Wood Mackenzie's pre-FID project tracker provides breakevens for global pre-FID projects with reserves over 50 mmboe. The chart below highlights the challenges that Nigerian deepwater projects face. Their breakevens are among the highest in the world and typically higher than established competitors such as Brazil, Ghana and in some cases even Angola. This chart does not include the higher royalty of SB 21, but it doesn't need to - the implications of it are clear.
Nigeria bucks the trend towards fiscal incentives in West Africa
The timing of this increase in government share from deepwater moves Nigeria out of line with a global industry which has worked hard to adapt to lower oil prices since 2014. Numerous mature countries in West Africa have recently implemented fiscal changes to attract investment. Fiscal flexibility and terms for gas (still missing from Nigerian PSCs) are prominent themes:
It will be argued that amending the DOIBPSC Act is something that past administrations should have done years ago (the latest claim on the IOCs for state revenues foregone due to failures to review terms as per section 16 (2) is reportedly, an eyewatering $62 billion).
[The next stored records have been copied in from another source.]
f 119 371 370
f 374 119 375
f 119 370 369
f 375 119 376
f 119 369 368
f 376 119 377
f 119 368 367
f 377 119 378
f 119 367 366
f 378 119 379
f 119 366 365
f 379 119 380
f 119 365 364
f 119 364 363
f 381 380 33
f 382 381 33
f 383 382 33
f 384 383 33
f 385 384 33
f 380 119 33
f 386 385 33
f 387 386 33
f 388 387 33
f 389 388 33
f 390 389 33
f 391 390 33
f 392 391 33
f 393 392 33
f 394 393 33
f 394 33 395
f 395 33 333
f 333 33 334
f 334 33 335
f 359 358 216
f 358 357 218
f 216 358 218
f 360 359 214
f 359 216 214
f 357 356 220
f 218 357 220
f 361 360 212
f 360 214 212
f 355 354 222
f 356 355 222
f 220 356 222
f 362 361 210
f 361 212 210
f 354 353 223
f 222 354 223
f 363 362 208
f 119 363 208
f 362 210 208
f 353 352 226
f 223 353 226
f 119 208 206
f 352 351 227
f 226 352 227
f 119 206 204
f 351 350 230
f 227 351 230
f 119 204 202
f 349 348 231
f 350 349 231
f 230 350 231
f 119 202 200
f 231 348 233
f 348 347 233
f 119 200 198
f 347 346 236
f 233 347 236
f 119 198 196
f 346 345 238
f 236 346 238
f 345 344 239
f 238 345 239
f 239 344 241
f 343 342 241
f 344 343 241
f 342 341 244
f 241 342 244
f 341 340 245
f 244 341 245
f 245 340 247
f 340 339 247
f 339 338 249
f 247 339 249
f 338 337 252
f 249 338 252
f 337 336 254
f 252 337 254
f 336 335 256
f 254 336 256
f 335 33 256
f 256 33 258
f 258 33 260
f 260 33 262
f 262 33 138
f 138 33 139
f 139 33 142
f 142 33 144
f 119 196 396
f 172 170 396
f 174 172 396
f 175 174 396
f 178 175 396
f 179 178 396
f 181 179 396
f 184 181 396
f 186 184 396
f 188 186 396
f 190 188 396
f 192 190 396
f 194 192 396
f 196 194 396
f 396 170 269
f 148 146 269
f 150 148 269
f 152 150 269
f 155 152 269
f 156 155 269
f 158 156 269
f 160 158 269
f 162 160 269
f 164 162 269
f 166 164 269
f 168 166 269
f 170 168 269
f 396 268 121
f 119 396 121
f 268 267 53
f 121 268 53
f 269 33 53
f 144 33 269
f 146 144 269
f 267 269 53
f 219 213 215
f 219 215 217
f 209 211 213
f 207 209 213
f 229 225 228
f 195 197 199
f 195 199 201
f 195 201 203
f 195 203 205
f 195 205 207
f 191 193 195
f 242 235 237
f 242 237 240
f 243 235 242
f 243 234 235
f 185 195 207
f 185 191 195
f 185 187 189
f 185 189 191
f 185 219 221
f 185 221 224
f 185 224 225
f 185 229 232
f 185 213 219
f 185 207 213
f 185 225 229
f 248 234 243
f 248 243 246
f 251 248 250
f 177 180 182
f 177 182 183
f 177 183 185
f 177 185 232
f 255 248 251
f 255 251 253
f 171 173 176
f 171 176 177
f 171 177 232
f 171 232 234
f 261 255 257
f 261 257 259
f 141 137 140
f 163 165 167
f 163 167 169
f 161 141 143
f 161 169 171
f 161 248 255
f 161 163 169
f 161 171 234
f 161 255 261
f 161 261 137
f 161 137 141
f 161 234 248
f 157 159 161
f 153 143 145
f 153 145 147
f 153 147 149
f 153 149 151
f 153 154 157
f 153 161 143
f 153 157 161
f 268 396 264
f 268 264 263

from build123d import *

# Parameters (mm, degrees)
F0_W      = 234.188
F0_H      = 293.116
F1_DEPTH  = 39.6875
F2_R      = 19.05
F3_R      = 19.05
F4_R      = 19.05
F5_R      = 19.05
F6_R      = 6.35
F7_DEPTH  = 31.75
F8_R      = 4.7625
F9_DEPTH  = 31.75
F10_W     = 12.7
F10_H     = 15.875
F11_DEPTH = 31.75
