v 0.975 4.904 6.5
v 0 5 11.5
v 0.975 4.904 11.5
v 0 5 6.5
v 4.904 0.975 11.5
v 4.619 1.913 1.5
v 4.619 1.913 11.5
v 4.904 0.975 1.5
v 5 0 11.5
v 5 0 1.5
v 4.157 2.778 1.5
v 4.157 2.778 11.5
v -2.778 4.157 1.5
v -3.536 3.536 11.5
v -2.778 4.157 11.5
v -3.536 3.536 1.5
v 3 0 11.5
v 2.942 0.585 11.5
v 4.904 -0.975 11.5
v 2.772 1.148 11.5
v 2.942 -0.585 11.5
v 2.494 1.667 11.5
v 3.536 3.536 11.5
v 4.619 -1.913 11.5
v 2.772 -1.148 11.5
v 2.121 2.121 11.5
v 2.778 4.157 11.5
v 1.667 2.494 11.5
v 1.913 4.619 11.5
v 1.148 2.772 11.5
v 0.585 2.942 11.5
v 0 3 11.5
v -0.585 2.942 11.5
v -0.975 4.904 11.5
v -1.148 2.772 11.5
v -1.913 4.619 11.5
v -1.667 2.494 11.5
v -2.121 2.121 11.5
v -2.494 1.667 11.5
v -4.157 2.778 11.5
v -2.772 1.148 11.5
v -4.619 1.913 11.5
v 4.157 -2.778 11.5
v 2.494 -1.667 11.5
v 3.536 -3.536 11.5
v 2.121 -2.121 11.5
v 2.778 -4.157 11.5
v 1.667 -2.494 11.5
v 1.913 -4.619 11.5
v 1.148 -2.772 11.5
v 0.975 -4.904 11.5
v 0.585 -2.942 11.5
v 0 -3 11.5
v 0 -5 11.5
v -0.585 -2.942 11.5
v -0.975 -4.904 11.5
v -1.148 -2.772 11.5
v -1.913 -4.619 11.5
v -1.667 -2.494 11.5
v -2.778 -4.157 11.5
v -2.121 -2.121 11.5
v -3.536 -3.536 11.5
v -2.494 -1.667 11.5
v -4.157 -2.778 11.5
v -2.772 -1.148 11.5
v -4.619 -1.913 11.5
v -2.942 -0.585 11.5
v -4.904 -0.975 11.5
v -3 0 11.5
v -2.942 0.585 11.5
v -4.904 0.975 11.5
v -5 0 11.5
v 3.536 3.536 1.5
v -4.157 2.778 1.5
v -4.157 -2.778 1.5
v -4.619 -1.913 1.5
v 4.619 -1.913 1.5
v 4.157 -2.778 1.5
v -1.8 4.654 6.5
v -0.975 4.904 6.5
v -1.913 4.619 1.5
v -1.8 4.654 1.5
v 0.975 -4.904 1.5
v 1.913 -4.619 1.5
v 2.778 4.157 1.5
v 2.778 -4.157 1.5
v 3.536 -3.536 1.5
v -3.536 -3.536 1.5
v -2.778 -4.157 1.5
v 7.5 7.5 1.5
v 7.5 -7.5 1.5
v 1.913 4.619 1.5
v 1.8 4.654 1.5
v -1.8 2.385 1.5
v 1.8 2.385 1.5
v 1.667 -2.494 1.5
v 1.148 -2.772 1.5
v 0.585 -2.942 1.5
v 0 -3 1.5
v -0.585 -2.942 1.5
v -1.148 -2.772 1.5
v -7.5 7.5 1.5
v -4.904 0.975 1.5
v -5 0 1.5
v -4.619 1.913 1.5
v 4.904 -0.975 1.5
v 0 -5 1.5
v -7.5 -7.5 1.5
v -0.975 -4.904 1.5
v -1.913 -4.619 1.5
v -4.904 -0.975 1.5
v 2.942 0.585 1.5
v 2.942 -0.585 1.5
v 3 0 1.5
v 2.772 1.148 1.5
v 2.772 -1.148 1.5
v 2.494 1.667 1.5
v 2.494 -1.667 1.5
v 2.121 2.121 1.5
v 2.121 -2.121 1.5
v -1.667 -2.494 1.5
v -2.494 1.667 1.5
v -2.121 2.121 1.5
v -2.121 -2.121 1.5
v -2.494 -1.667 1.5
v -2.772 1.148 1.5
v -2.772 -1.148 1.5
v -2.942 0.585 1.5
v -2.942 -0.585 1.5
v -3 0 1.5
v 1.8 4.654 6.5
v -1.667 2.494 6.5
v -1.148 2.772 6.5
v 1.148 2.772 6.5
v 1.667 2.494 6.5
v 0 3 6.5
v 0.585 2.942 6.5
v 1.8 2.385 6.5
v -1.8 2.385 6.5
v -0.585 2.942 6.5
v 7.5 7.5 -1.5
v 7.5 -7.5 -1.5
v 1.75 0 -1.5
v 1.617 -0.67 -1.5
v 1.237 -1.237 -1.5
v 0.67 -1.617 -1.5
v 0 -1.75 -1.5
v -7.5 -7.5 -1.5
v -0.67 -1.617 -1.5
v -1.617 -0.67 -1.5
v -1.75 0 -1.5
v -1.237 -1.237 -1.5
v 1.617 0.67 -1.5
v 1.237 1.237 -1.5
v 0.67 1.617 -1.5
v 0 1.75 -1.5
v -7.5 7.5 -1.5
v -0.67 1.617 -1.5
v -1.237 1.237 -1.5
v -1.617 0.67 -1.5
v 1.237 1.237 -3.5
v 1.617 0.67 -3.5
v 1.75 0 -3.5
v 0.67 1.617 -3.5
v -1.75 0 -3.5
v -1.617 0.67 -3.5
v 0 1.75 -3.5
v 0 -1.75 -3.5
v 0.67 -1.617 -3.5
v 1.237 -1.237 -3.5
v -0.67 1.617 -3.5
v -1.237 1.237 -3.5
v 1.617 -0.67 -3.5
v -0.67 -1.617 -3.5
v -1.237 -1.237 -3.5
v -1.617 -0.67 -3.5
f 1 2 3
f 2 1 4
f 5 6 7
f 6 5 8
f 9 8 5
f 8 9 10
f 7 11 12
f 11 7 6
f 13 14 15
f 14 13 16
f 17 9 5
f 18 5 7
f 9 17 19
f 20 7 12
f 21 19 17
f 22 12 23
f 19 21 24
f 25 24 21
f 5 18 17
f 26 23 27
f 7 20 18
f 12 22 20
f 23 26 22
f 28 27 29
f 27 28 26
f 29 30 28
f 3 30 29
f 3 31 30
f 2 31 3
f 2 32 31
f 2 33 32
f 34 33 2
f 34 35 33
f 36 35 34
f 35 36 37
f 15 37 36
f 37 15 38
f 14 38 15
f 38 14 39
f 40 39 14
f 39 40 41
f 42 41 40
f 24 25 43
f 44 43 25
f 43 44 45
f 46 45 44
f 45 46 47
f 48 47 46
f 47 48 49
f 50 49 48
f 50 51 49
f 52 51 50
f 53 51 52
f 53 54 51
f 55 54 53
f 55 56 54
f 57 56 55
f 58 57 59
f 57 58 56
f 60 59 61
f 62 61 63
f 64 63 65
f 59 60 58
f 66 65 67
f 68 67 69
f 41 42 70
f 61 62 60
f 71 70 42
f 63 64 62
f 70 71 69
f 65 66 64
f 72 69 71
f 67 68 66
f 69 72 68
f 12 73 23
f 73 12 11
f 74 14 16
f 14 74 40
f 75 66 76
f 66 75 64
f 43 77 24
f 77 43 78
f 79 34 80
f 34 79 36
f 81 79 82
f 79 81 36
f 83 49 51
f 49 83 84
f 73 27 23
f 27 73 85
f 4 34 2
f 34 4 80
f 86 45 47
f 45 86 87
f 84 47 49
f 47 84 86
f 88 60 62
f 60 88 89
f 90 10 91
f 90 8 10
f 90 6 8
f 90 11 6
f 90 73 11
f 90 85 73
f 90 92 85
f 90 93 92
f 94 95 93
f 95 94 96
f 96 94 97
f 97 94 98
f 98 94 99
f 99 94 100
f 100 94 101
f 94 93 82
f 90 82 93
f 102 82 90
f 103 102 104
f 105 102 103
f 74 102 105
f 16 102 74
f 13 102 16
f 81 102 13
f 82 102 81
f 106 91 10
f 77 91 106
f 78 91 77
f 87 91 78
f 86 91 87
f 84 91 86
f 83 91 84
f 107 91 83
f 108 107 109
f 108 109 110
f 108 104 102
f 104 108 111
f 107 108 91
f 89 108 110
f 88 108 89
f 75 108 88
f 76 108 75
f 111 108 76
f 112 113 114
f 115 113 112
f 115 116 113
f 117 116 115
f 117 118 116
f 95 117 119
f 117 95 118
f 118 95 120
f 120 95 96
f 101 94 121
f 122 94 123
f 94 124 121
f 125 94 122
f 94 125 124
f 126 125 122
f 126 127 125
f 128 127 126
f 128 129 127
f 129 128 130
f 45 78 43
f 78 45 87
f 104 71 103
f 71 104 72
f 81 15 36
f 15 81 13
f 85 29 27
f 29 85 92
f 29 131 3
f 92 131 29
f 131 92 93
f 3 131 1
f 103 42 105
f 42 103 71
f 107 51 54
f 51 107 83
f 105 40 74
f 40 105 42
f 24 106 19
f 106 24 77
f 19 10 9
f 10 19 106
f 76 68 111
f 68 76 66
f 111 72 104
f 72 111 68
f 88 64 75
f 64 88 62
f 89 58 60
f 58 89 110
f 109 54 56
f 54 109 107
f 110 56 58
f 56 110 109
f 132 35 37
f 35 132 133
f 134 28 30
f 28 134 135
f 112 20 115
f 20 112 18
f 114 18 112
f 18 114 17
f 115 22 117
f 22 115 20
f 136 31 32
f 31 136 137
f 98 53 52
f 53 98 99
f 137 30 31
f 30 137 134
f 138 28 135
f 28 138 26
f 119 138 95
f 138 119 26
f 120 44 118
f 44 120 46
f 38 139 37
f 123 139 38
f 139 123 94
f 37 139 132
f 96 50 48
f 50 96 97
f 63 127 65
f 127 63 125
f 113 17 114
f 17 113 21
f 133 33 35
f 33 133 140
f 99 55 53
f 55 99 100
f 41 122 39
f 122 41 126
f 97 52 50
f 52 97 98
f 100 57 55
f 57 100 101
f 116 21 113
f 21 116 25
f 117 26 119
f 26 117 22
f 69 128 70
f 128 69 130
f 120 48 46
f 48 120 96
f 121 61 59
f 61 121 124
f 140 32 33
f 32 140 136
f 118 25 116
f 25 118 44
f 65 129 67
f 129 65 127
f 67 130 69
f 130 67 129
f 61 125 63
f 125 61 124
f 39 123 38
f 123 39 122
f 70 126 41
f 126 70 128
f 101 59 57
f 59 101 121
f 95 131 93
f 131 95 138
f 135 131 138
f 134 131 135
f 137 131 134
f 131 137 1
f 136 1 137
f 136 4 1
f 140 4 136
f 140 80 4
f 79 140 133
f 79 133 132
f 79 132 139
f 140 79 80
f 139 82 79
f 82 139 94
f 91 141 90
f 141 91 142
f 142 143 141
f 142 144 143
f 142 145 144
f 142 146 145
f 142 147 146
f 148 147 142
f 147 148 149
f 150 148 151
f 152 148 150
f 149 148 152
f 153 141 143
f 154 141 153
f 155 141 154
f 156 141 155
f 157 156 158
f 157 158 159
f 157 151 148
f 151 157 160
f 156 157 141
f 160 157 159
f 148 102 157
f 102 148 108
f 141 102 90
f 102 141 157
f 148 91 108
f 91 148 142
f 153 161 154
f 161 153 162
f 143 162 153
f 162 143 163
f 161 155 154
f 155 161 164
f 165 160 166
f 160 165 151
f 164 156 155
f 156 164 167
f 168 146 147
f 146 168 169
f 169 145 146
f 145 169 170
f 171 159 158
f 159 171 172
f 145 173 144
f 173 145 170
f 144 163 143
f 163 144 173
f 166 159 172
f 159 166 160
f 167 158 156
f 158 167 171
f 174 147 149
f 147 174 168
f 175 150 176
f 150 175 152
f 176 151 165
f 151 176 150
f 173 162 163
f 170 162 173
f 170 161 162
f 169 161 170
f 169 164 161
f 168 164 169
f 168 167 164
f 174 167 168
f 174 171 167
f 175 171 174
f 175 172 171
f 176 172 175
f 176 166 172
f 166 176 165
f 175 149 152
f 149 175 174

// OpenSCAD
// Cable Clip - Simple utility print

/* [Clip Dimensions] */
cable_diameter = 6;   // [3:1:12] Cable diameter
wall = 2;             // [1.5:0.5:4] Wall thickness
base_width = 15;      // [10:25]
base_height = 3;      // [2:5]
screw_hole = 3.5;     // [2:5] Screw hole diameter

clip_radius = cable_diameter/2 + wall;
clip_height = clip_radius * 2;
gap = cable_diameter * 0.6;

// Base plate
cube([base_width, base_width, base_height], center=true);

// Clip
translate([0, 0, base_height/2])
    difference() {
        cylinder(h=clip_height, r=clip_radius, $fn=32);
        // Cable channel
        translate([0, 0, -1])
            cylinder(h=clip_height+2, r=cable_diameter/2, $fn=32);
        // Entry gap
        translate([0, clip_radius/2, -1])
            cube([gap, clip_radius, clip_height+2], center=true);
    }

// Screw hole
translate([0, 0, -1])
    cylinder(h=base_height+2, d=screw_hole, center=true, $fn=16);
But the fact remains, it's a very different industry now compared to 2014, and the fiscal changes implemented by Nigeria's regional peers reflect that.
On the face of it, this change is relatively modest, a guaranteed 10% royalty and a small price-based royalty on top which responds to fluctuations in the oil market. Deepwater fields, which contribute a third of Nigeria's liquids production, will continue producing and most new projects could still make money at a discount rate of 15% and a long-term oil price of $65/bbl.
However, the question all investors will be asking is: why invest a dollar in Nigeria when that same dollar will deliver much greater returns elsewhere in our global portfolio? Breakeven prices have become critical to how industry measures investment attractiveness. And the process of ranking global portfolios has never been so rigorous and disciplined.
This royalty change may look reasonable from within Nigeria, but in the global competition for investment, it pushes Nigerianprojects another notch down the attractiveness ranking and possibly out of the money. It will increase government revenues in the near term, but it is hard to see major new deepwater projects progressing, particularly with the added uncertainties of
contract renewal and the challenging business environment. And that risks declining deepwater revenues in the long term.